I had heard from a friend that there were ten elderly religious women struggling with the effects of old age. I rang their doorbell and told them, I want to be a geriatric nurse. I want to know your stories, listen to your needs, and with your help, respond in any way that I’m able.

For a year I attempted to help the sisters renovate their convent, a four-story Italianate landmarked building in the Stuyvesant Square historic district of New York City. Our shared hope was for the sisters to remain together, in community, rather than disperse one by one to nursing homes as disease and disability struck.

It was a noble purpose indeed. We collaborated with a pro-bono architect and submitted our plans to The Landmarks Preservation Commission (LPC).

And then we waited.

While waiting, I went for walks with Sister Tommie. I cooked dinner. I ate. I prayed. I watched The Donut Man.

Then I enrolled in nursing school. Then Sister Tommie’s mind wandered and never came back. She became so confused that the sisters sent her to a nursing home in Dobbs Ferry, a 45-minute train ride north of the city. Then we heard from the LPC that our architectural plans contained 16 building violations. Then I moved out of the convent. I got married. I moved to Washington D.C. and had two children and became a hospice nurse. Then Sister Tommie died.

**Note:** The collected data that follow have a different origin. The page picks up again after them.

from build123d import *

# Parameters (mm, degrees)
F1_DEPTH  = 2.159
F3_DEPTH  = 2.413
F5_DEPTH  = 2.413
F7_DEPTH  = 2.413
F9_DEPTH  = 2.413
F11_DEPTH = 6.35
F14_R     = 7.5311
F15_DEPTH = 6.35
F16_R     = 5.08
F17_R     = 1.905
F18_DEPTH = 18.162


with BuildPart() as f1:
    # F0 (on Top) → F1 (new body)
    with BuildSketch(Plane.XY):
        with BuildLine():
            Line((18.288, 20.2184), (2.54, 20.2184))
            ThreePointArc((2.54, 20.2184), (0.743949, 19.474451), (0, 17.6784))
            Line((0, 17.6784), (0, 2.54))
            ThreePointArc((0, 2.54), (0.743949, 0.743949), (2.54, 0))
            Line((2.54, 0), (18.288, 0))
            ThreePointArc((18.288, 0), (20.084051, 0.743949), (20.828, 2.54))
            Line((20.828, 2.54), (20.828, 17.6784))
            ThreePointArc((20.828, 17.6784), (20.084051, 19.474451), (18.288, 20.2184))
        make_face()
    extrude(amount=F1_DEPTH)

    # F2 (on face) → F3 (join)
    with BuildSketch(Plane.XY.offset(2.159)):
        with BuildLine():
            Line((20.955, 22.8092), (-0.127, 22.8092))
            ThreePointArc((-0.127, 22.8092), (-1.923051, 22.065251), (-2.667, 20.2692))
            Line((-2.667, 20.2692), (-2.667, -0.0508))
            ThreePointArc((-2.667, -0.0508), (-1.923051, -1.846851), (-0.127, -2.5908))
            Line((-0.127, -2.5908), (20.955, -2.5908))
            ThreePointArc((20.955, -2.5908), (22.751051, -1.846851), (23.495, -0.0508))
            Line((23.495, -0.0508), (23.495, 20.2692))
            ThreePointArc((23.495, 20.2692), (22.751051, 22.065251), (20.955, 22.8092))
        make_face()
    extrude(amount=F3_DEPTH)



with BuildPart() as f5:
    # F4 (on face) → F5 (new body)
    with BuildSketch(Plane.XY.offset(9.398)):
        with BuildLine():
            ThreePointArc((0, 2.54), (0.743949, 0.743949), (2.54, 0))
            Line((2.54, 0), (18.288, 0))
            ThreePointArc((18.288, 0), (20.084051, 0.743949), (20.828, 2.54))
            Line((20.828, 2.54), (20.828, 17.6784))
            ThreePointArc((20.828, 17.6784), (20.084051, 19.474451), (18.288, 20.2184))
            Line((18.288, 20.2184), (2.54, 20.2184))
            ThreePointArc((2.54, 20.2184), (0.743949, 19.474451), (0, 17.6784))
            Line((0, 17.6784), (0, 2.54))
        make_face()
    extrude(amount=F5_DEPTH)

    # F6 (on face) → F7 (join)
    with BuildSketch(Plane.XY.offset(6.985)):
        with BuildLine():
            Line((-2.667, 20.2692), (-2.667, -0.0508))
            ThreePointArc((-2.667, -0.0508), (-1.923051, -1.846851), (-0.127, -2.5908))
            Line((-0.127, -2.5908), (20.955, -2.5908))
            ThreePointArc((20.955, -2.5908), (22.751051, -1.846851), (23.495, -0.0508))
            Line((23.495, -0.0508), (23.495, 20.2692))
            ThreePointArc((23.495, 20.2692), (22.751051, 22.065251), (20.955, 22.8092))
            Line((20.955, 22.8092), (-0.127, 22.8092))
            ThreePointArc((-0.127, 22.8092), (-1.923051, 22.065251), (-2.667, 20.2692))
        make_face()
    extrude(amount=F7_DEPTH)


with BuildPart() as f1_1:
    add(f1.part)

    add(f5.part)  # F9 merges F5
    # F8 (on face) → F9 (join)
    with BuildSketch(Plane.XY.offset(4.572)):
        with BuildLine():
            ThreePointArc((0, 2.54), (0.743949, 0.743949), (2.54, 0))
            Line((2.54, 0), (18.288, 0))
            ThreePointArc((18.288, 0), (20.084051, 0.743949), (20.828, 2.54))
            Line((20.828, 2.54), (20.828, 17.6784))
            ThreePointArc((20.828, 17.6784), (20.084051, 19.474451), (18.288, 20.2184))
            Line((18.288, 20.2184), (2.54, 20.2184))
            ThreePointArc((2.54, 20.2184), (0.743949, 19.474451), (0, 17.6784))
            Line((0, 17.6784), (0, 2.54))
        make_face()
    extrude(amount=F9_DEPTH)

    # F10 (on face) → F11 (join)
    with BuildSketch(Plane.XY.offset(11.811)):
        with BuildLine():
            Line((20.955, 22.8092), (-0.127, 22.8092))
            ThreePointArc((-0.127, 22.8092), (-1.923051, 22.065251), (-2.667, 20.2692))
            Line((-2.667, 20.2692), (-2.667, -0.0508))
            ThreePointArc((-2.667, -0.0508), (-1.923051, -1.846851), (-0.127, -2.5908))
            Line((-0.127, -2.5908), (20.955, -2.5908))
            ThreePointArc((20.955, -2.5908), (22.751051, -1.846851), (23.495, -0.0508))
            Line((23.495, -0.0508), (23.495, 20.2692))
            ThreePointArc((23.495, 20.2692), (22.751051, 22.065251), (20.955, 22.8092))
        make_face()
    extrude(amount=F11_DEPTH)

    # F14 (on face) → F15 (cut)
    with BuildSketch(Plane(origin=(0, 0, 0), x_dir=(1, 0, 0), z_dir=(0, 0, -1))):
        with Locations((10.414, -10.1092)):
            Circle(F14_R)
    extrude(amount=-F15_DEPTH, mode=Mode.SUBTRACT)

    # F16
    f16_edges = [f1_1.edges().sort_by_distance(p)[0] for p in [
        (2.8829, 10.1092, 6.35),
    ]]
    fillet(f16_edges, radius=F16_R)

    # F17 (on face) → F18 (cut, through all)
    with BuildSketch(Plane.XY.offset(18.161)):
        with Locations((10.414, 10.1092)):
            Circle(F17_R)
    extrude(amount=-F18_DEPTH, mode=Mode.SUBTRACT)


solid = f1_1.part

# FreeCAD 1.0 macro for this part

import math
import FreeCAD as App
import Part
import Sketcher
from FreeCAD import Vector
Q = App.Units.Quantity


def edges_at(feature, points):
    """Names of the edges that pass closest to the given points."""
    edges = feature.Shape.Edges
    near = lambda p: min(range(len(edges)), key=lambda i: edges[i].distToShape(Part.Vertex(*p))[0])
    return sorted({f"Edge{near(p) + 1}" for p in points})

doc = App.newDocument("Part")
params = doc.addObject("Spreadsheet::Sheet", "Params")
for row, (alias, value) in enumerate([
    ("sketch1_radius", "0.1 in"),
    ("sketch1_width", "0.62 in"),
    ("sketch1_height", "0.596 in"),
    ("pad1_length", "0.085 in"),
    ("sketch2_radius", "0.1 in"),
    ("sketch2_height", "0.8 in"),
    ("sketch2_width", "0.83 in"),
    ("pad2_length", "0.095 in"),
    ("sketch3_radius", "0.1 in"),
    ("sketch3_width", "0.62 in"),
    ("sketch3_height", "0.596 in"),
    ("pad3_length", "0.095 in"),
    ("sketch4_radius", "0.1 in"),
    ("sketch4_height", "0.8 in"),
    ("sketch4_width", "0.83 in"),
    ("pad4_length", "0.095 in"),
    ("sketch5_radius", "0.1 in"),
    ("sketch5_width", "0.62 in"),
    ("sketch5_height", "0.596 in"),
    ("pad5_length", "0.095 in"),
    ("sketch6_radius", "0.1 in"),
    ("sketch6_height", "0.8 in"),
    ("sketch6_width", "0.83 in"),
    ("pad6_length", "0.25 in"),
    ("sketch7_diameter", "0.593 in"),
    ("pocket1_length", "0.25 in"),
    ("fillet_radius", "0.2 in"),
    ("sketch8_diameter", "0.15 in"),
], start=1):
    params.set(f"A{row}", alias)
    params.set(f"B{row}", "=" + value)
    params.setAlias(f"B{row}", alias)

body = doc.addObject("PartDesign::Body", "Body")

sketch1 = body.newObject("Sketcher::SketchObject", "Sketch")
sketch1.AttachmentSupport = (doc.getObject("XY_Plane"), [""])
sketch1.MapMode = "FlatFace"
sketch1.addGeometry(Part.LineSegment(Vector(18.288, 20.2184, 0), Vector(2.54, 20.2184, 0)), False)
sketch1.addGeometry(Part.ArcOfCircle(Part.Circle(Vector(2.540001, 17.678399, 0), Vector(0, 0, 1), 2.540001), math.radians(90.000017), math.radians(179.999983)), False)
sketch1.addGeometry(Part.LineSegment(Vector(0, 17.6784, 0), Vector(0, 2.54, 0)), False)
sketch1.addGeometry(Part.ArcOfCircle(Part.Circle(Vector(2.540001, 2.540001, 0), Vector(0, 0, 1), 2.540001), math.radians(-179.999983), math.radians(-90.000017)), False)
sketch1.addGeometry(Part.LineSegment(Vector(2.54, 0, 0), Vector(18.288, 0, 0)), False)
sketch1.addGeometry(Part.ArcOfCircle(Part.Circle(Vector(18.287999, 2.540001, 0), Vector(0, 0, 1), 2.540001), math.radians(-89.999983), math.radians(-0.000017)), False)
sketch1.addGeometry(Part.LineSegment(Vector(20.828, 2.54, 0), Vector(20.828, 17.6784, 0)), False)
sketch1.addGeometry(Part.ArcOfCircle(Part.Circle(Vector(18.287999, 17.678399, 0), Vector(0, 0, 1), 2.540001), math.radians(0.000017), math.radians(89.999983)), False)
sketch1.addConstraint(Sketcher.Constraint("Tangent", 0, 2, 1, 1))
sketch1.addConstraint(Sketcher.Constraint("Tangent", 1, 2, 2, 1))
sketch1.addConstraint(Sketcher.Constraint("Tangent", 2, 2, 3, 1))
sketch1.addConstraint(Sketcher.Constraint("Tangent", 3, 2, 4, 1))
sketch1.addConstraint(Sketcher.Constraint("Tangent", 4, 2, 5, 1))
sketch1.addConstraint(Sketcher.Constraint("Tangent", 5, 2, 6, 1))
sketch1.addConstraint(Sketcher.Constraint("Tangent", 6, 2, 7, 1))
sketch1.addConstraint(Sketcher.Constraint("Tangent", 7, 2, 0, 1))
sketch1.addConstraint(Sketcher.Constraint("Horizontal", 0))
sketch1.addConstraint(Sketcher.Constraint("Vertical", 2))
sketch1.addConstraint(Sketcher.Constraint("Horizontal", 4))
sketch1.addConstraint(Sketcher.Constraint("Vertical", 6))
sketch1.addConstraint(Sketcher.Constraint("Equal", 1, 3))
sketch1.addConstraint(Sketcher.Constraint("Equal", 3, 5))
sketch1.addConstraint(Sketcher.Constraint("Equal", 5, 7))
sketch1.addConstraint(Sketcher.Constraint("PointOnObject", 1, 2, -2))
sketch1.addConstraint(Sketcher.Constraint("PointOnObject", 3, 2, -1))
sketch1.addConstraint(Sketcher.Constraint("Radius", 1, Q("0.1 in")))
sketch1.addConstraint(Sketcher.Constraint("DistanceX", 0, 2, 0, 1, Q("0.62 in")))
sketch1.addConstraint(Sketcher.Constraint("DistanceY", 2, 2, 2, 1, Q("0.596 in")))
sketch1.setExpression("Constraints[17]", "Params.sketch1_radius")
sketch1.setExpression("Constraints[18]", "Params.sketch1_width")
sketch1.setExpression("Constraints[19]", "Params.sketch1_height")
pad1 = body.newObject("PartDesign::Pad", "Pad")
pad1.Profile = sketch1
pad1.setExpression("Length", "Params.pad1_length")

sketch2 = body.newObject("Sketcher::SketchObject", "Sketch001")
sketch2.AttachmentSupport = (doc.getObject("XY_Plane"), [""])
sketch2.MapMode = "FlatFace"
sketch2.AttachmentOffset = App.Placement(Vector(0, 0, 0.085 * 25.4), App.Rotation())
sketch2.addGeometry(Part.LineSegment(Vector(20.955, 22.8092, 0), Vector(-0.127, 22.8092, 0)), False)
sketch2.addGeometry(Part.ArcOfCircle(Part.Circle(Vector(-0.126999, 20.269199, 0), Vector(0, 0, 1), 2.540001), math.radians(90.000017), math.radians(179.999983)), False)
sketch2.addGeometry(Part.LineSegment(Vector(-2.667, 20.2692, 0), Vector(-2.667, -0.0508, 0)), False)
sketch2.addGeometry(Part.ArcOfCircle(Part.Circle(Vector(-0.126999, -0.050799, 0), Vector(0, 0, 1), 2.540001), math.radians(-179.999983), math.radians(-90.000017)), False)
sketch2.addGeometry(Part.LineSegment(Vector(-0.127, -2.5908, 0), Vector(20.955, -2.5908, 0)), False)
sketch2.addGeometry(Part.ArcOfCircle(Part.Circle(Vector(20.954999, -0.050799, 0), Vector(0, 0, 1), 2.540001), math.radians(-89.999983), math.radians(-0.000017)), False)
sketch2.addGeometry(Part.LineSegment(Vector(23.495, -0.0508, 0), Vector(23.495, 20.2692, 0)), False)
sketch2.addGeometry(Part.ArcOfCircle(Part.Circle(Vector(20.954999, 20.269199, 0), Vector(0, 0, 1), 2.540001), math.radians(0.000017), math.radians(89.999983)), False)
sketch2.addConstraint(Sketcher.Constraint("Tangent", 0, 2, 1, 1))
sketch2.addConstraint(Sketcher.Constraint("Tangent", 1, 2, 2, 1))
sketch2.addConstraint(Sketcher.Constraint("Tangent", 2, 2, 3, 1))
sketch2.addConstraint(Sketcher.Constraint("Tangent", 3, 2, 4, 1))
sketch2.addConstraint(Sketcher.Constraint("Tangent", 4, 2, 5, 1))
sketch2.addConstraint(Sketcher.Constraint("Tangent", 5, 2, 6, 1))
sketch2.addConstraint(Sketcher.Constraint("Tangent", 6, 2, 7, 1))
sketch2.addConstraint(Sketcher.Constraint("Tangent", 7, 2, 0, 1))
sketch2.addConstraint(Sketcher.Constraint("Horizontal", 0))
sketch2.addConstraint(Sketcher.Constraint("Vertical", 2))
sketch2.addConstraint(Sketcher.Constraint("Horizontal", 4))
sketch2.addConstraint(Sketcher.Constraint("Vertical", 6))
sketch2.addConstraint(Sketcher.Constraint("Equal", 1, 3))
sketch2.addConstraint(Sketcher.Constraint("Equal", 3, 5))
sketch2.addConstraint(Sketcher.Constraint("Equal", 5, 7))
sketch2.addConstraint(Sketcher.Constraint("Radius", 1, Q("0.1 in")))
sketch2.addConstraint(Sketcher.Constraint("DistanceY", 2, 2, 2, 1, Q("0.8 in")))
sketch2.addConstraint(Sketcher.Constraint("DistanceX", 0, 2, 0, 1, Q("0.83 in")))
sketch2.addConstraint(Sketcher.Constraint("DistanceX", 1, 3, -1, 1, Q("0.005 in")))
sketch2.addConstraint(Sketcher.Constraint("DistanceY", -1, 1, 1, 3, Q("0.798 in")))
sketch2.setExpression("Constraints[15]", "Params.sketch2_radius")
sketch2.setExpression("Constraints[16]", "Params.sketch2_height")
sketch2.setExpression("Constraints[17]", "Params.sketch2_width")
pad2 = body.newObject("PartDesign::Pad", "Pad001")
pad2.Profile = sketch2
pad2.setExpression("Length", "Params.pad2_length")
body2 = doc.addObject("PartDesign::Body", "Body001")

sketch3 = body2.newObject("Sketcher::SketchObject", "Sketch002")
sketch3.AttachmentSupport = (doc.getObject("XY_Plane001"), [""])
sketch3.MapMode = "FlatFace"
sketch3.AttachmentOffset = App.Placement(Vector(0, 0, 0.37 * 25.4), App.Rotation())
sketch3.addGeometry(Part.ArcOfCircle(Part.Circle(Vector(2.540001, 2.540001, 0), Vector(0, 0, 1), 2.540001), math.radians(-179.999983), math.radians(-90.000017)), False)
sketch3.addGeometry(Part.LineSegment(Vector(2.54, 0, 0), Vector(18.288, 0, 0)), False)
sketch3.addGeometry(Part.ArcOfCircle(Part.Circle(Vector(18.287999, 2.540001, 0), Vector(0, 0, 1), 2.540001), math.radians(-89.999983), math.radians(-0.000017)), False)
sketch3.addGeometry(Part.LineSegment(Vector(20.828, 2.54, 0), Vector(20.828, 17.6784, 0)), False)
sketch3.addGeometry(Part.ArcOfCircle(Part.Circle(Vector(18.287999, 17.678399, 0), Vector(0, 0, 1), 2.540001), math.radians(0.000017), math.radians(89.999983)), False)
sketch3.addGeometry(Part.LineSegment(Vector(18.288, 20.2184, 0), Vector(2.54, 20.2184, 0)), False)
sketch3.addGeometry(Part.ArcOfCircle(Part.Circle(Vector(2.540001, 17.678399, 0), Vector(0, 0, 1), 2.540001), math.radians(90.000017), math.radians(179.999983)), False)
sketch3.addGeometry(Part.LineSegment(Vector(0, 17.6784, 0), Vector(0, 2.54, 0)), False)
sketch3.addConstraint(Sketcher.Constraint("Tangent", 0, 2, 1, 1))
sketch3.addConstraint(Sketcher.Constraint("Tangent", 1, 2, 2, 1))
sketch3.addConstraint(Sketcher.Constraint("Tangent", 2, 2, 3, 1))
sketch3.addConstraint(Sketcher.Constraint("Tangent", 3, 2, 4, 1))
sketch3.addConstraint(Sketcher.Constraint("Tangent", 4, 2, 5, 1))
sketch3.addConstraint(Sketcher.Constraint("Tangent", 5, 2, 6, 1))
sketch3.addConstraint(Sketcher.Constraint("Tangent", 6, 2, 7, 1))
sketch3.addConstraint(Sketcher.Constraint("Tangent", 7, 2, 0, 1))
sketch3.addConstraint(Sketcher.Constraint("Horizontal", 1))
sketch3.addConstraint(Sketcher.Constraint("Vertical", 3))
sketch3.addConstraint(Sketcher.Constraint("Horizontal", 5))
sketch3.addConstraint(Sketcher.Constraint("Vertical", 7))
sketch3.addConstraint(Sketcher.Constraint("Equal", 0, 2))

Years passed. I reflect on that year I spent with the nuns.

I feel like my 6-year-old nephew, who, upon reaching the top of a mountain (after weeks of anticipation and the eventual arduous climb), looked around at the expansive sky, the drifting clouds, the distant hills and said — “Well, what was that all about?”

What was that all about?

A lofty dream and a deflated noble purpose? Failure? It’s an easy answer when the basic facts of the equation are computed. Noble plans proposed. Noble plans attempted. Noble plans failed. It’s the answer I’ve believed since moving out of the convent.

But, “It is enough to be, in an ordinary human mode…”. Again, Merton.

Why is it easy to apply his prayer to Sister Tommie’s simple, habitual, prayerful life, but so difficult to apply it to my own?

Perhaps my attitude belies the meaning in the experience. “We had the experience but missed the meaning,” T.S. Eliot wrote. “And approach to the meaning restores the experience in a different form.”

It was not only enough for Sister Tommie to live and be in ordinary human mode but it was — and is — enough for me too. The meaning of life need not be noble. The meaning in my experience could be quiet and humble, born of God’s inscrutable design.

The friendship I found in Sister Tommie was perhaps meaning enough. The countless people she met on our walks and prayed for three times a day, for every day after that, until death, perhaps that was meaning enough. And all Sister Tommie taught me about how to be young, how to live, how to grow old and how to die, all this that perennially informs my practice as a mother, a wife and a nurse, today, tomorrow, and for all my days henceforth, perhaps that is meaning enough.

Yes, that is enough. Ordinary is enough.


Cassie Herman Kralovec lives in Washington D.C. with her husband, Peter James Kralovec ’06, and two children. She is a hospice nurse.